Application submitted!


----------



## Brynn Langford (Sep 28, 2017)

Hey guys! I'm applying for this program along with two others to start next fall!

Are either of you living in LA currently? I'm signed up to go to the SCA graduate information night tonight and had a question or two about it.

Thanks! Congrats on getting your application done so fast, "Operator"!


----------



## Operator (Oct 4, 2017)

And I'm broke...looks like USC is the only school I'll be applying to this year. =(


----------



## Operator (Oct 4, 2017)

Brynn Langford said:


> Hey guys! I'm applying for this program along with two others to start next fall!
> 
> Are either of you living in LA currently? I'm signed up to go to the SCA graduate information night tonight and had a question or two about it.
> 
> Thanks! Congrats on getting your application done so fast, "Operator"!

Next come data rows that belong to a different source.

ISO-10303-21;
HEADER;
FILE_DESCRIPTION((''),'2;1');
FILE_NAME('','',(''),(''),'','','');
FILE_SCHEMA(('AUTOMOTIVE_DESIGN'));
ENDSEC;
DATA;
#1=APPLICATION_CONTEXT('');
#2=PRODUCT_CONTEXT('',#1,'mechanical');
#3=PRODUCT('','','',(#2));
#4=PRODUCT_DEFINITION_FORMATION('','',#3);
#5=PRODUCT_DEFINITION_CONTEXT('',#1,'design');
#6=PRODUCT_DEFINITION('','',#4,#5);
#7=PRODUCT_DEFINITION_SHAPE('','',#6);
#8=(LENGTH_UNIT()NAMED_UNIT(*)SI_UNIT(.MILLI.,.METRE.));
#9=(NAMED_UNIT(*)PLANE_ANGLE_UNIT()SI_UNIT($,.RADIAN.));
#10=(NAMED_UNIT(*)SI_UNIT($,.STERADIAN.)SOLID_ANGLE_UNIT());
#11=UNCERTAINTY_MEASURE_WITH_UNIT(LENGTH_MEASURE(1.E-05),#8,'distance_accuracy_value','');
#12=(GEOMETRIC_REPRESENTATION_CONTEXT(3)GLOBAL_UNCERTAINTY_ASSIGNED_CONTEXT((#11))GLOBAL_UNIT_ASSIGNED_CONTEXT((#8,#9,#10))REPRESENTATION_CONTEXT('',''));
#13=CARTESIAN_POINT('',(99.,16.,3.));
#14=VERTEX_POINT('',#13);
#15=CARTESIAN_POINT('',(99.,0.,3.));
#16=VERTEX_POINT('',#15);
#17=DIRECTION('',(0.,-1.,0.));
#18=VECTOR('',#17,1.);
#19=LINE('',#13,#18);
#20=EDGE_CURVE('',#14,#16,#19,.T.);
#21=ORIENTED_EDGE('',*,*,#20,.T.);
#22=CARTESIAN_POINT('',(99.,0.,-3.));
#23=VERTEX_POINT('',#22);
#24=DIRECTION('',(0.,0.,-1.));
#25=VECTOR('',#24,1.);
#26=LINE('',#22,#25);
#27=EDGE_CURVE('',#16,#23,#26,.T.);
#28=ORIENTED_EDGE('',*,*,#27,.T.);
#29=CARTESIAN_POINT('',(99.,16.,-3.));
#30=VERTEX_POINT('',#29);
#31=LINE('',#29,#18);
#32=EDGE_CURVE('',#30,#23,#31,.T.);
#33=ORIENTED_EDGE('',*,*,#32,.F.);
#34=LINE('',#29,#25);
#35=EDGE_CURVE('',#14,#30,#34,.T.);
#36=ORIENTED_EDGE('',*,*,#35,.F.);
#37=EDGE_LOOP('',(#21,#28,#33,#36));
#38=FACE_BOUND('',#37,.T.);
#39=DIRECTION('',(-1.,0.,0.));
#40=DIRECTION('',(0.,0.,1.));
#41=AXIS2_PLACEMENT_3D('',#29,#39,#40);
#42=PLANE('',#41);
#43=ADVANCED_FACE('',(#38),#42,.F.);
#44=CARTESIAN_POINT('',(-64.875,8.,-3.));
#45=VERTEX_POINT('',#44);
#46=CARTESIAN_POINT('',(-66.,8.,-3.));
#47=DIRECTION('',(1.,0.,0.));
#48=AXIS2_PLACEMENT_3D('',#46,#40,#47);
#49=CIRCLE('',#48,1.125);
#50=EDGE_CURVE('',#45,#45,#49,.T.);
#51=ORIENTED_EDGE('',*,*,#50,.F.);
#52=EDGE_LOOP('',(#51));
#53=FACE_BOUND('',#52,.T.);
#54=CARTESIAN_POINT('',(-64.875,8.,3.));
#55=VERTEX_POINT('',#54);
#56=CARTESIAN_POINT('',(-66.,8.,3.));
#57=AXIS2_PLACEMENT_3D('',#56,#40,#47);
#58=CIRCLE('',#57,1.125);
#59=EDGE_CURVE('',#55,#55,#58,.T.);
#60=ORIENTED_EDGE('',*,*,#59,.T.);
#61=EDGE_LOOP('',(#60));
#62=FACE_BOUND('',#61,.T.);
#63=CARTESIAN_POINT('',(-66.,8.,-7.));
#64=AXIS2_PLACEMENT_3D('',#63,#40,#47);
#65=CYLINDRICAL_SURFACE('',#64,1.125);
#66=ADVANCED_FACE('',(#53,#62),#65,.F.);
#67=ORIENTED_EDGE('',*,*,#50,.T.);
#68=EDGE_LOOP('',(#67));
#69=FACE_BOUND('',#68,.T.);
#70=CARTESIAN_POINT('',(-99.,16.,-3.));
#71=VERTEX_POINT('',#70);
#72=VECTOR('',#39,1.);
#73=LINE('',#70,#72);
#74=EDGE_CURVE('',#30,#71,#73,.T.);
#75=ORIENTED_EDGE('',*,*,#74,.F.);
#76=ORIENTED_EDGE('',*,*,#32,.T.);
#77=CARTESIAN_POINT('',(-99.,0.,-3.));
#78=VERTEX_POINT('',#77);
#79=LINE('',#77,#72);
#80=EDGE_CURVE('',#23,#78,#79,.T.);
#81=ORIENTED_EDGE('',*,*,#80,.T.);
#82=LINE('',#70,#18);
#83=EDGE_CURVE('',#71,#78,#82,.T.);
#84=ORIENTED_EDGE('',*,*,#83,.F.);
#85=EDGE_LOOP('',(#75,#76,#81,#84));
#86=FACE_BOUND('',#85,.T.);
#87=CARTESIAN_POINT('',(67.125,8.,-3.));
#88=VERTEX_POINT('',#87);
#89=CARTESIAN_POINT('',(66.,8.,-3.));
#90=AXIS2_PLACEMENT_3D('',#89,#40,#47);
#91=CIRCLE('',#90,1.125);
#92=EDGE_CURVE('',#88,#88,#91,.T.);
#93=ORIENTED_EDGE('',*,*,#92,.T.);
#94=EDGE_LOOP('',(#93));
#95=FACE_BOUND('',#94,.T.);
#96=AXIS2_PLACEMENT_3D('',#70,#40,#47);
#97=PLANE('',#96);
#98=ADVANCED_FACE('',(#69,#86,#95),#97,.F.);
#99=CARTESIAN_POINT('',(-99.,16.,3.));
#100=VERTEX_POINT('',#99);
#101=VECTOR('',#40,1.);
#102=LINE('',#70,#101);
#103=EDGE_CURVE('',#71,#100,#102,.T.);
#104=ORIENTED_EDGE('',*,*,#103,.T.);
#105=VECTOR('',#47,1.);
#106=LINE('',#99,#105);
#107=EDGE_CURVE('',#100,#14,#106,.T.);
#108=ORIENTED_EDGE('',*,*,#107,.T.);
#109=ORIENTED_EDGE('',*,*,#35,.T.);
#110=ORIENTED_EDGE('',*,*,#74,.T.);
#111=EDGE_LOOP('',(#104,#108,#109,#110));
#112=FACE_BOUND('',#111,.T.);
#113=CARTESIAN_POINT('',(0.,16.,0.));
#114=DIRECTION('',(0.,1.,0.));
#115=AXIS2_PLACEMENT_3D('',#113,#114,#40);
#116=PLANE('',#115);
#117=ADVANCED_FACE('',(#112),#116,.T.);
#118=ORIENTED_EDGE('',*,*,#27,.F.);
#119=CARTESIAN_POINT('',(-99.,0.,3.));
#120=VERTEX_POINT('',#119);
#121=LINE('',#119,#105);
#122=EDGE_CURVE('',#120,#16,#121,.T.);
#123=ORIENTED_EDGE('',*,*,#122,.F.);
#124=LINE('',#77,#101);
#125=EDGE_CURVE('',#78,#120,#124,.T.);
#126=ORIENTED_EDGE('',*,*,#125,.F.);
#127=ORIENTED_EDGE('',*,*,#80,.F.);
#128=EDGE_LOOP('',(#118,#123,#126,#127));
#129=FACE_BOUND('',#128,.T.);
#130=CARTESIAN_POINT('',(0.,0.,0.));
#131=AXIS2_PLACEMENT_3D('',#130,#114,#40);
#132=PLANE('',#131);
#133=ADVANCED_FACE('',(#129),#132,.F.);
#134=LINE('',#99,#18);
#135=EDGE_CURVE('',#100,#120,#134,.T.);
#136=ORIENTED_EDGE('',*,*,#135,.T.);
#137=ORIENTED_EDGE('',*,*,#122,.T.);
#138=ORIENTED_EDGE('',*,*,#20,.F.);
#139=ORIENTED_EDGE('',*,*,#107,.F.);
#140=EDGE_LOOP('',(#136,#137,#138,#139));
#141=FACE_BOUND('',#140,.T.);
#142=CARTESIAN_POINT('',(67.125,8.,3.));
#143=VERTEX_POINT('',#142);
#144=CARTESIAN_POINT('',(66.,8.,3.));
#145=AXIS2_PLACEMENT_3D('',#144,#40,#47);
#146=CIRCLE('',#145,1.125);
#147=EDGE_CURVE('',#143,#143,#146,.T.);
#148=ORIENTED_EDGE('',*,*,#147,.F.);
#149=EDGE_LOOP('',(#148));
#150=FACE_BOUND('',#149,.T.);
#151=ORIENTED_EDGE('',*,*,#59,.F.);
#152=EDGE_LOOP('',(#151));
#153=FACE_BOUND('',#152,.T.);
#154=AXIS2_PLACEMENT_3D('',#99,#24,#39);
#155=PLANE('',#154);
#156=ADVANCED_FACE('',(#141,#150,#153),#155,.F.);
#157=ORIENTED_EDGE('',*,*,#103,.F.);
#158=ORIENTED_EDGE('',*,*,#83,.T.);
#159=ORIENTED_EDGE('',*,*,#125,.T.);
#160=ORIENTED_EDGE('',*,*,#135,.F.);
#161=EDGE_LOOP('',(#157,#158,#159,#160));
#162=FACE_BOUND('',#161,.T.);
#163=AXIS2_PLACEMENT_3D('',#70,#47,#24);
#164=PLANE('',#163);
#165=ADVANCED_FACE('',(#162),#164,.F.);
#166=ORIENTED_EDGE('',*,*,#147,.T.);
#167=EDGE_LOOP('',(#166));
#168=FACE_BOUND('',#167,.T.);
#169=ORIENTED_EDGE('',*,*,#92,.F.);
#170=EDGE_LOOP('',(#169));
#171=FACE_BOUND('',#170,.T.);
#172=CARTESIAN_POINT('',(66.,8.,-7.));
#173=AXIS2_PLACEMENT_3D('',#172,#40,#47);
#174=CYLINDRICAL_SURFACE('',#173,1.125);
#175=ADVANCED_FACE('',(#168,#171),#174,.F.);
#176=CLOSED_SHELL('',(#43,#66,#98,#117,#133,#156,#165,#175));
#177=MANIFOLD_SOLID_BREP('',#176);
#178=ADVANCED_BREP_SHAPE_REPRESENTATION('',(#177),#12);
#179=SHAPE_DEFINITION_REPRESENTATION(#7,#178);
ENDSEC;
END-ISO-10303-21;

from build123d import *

# Parameters (mm, degrees)
SKETCH1_W           = 198
SKETCH1_H           = 6
BOSS_EXTRUDE1_DEPTH = 16
SKETCH2_R           = 1.125
CUT_EXTRUDE1_DEPTH  = 10


with BuildPart() as part:
    # Sketch1 → Boss-Extrude1 (new body)
    with BuildSketch(Plane(origin=(0, 0, 0), x_dir=(1, 0, 0), z_dir=(0, 1, 0))):
        Rectangle(SKETCH1_W, SKETCH1_H)
    extrude(amount=BOSS_EXTRUDE1_DEPTH)

    # Sketch2 → Cut-Extrude1 (cut)
    with BuildSketch(Plane.XY.offset(3)):
        with Locations((-66, 8)):
            Circle(SKETCH2_R)
        with Locations((66, 8)):
            Circle(SKETCH2_R)
    extrude(amount=-CUT_EXTRUDE1_DEPTH, mode=Mode.SUBTRACT)


solid = part.part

I currently live in Las Vegas, Nevada. I was going to apply to AFI and UCLA as well, but I'm broke and can't afford to order more transcripts and pay for application fees.


----------



## Andrew McWade (Oct 21, 2017)

I'm applying too. I'm a bit nervous about answering a couple of the questions. Does anyone who has been accepted into the course have advice for how you should answer the questions and the sorts of things they are looking for? 
The question about the "Do you have a favourite idea for a film etc?" Do we actually need an idea? 

I guess I only thought of applying the last couple of weeks so my application will be a little rushed.


----------



## Anna Ray-Smith (Oct 22, 2017)

Andrew McWade said:


> I'm applying too. I'm a bit nervous about answering a couple of the questions. Does anyone who has been accepted into the course have advice for how you should answer the questions and the sorts of things they are looking for?
> The question about the "Do you have a favourite idea for a film etc?" Do we actually need an idea?
> 
> I guess I only thought of applying the last couple of weeks so my application will be a little rushed.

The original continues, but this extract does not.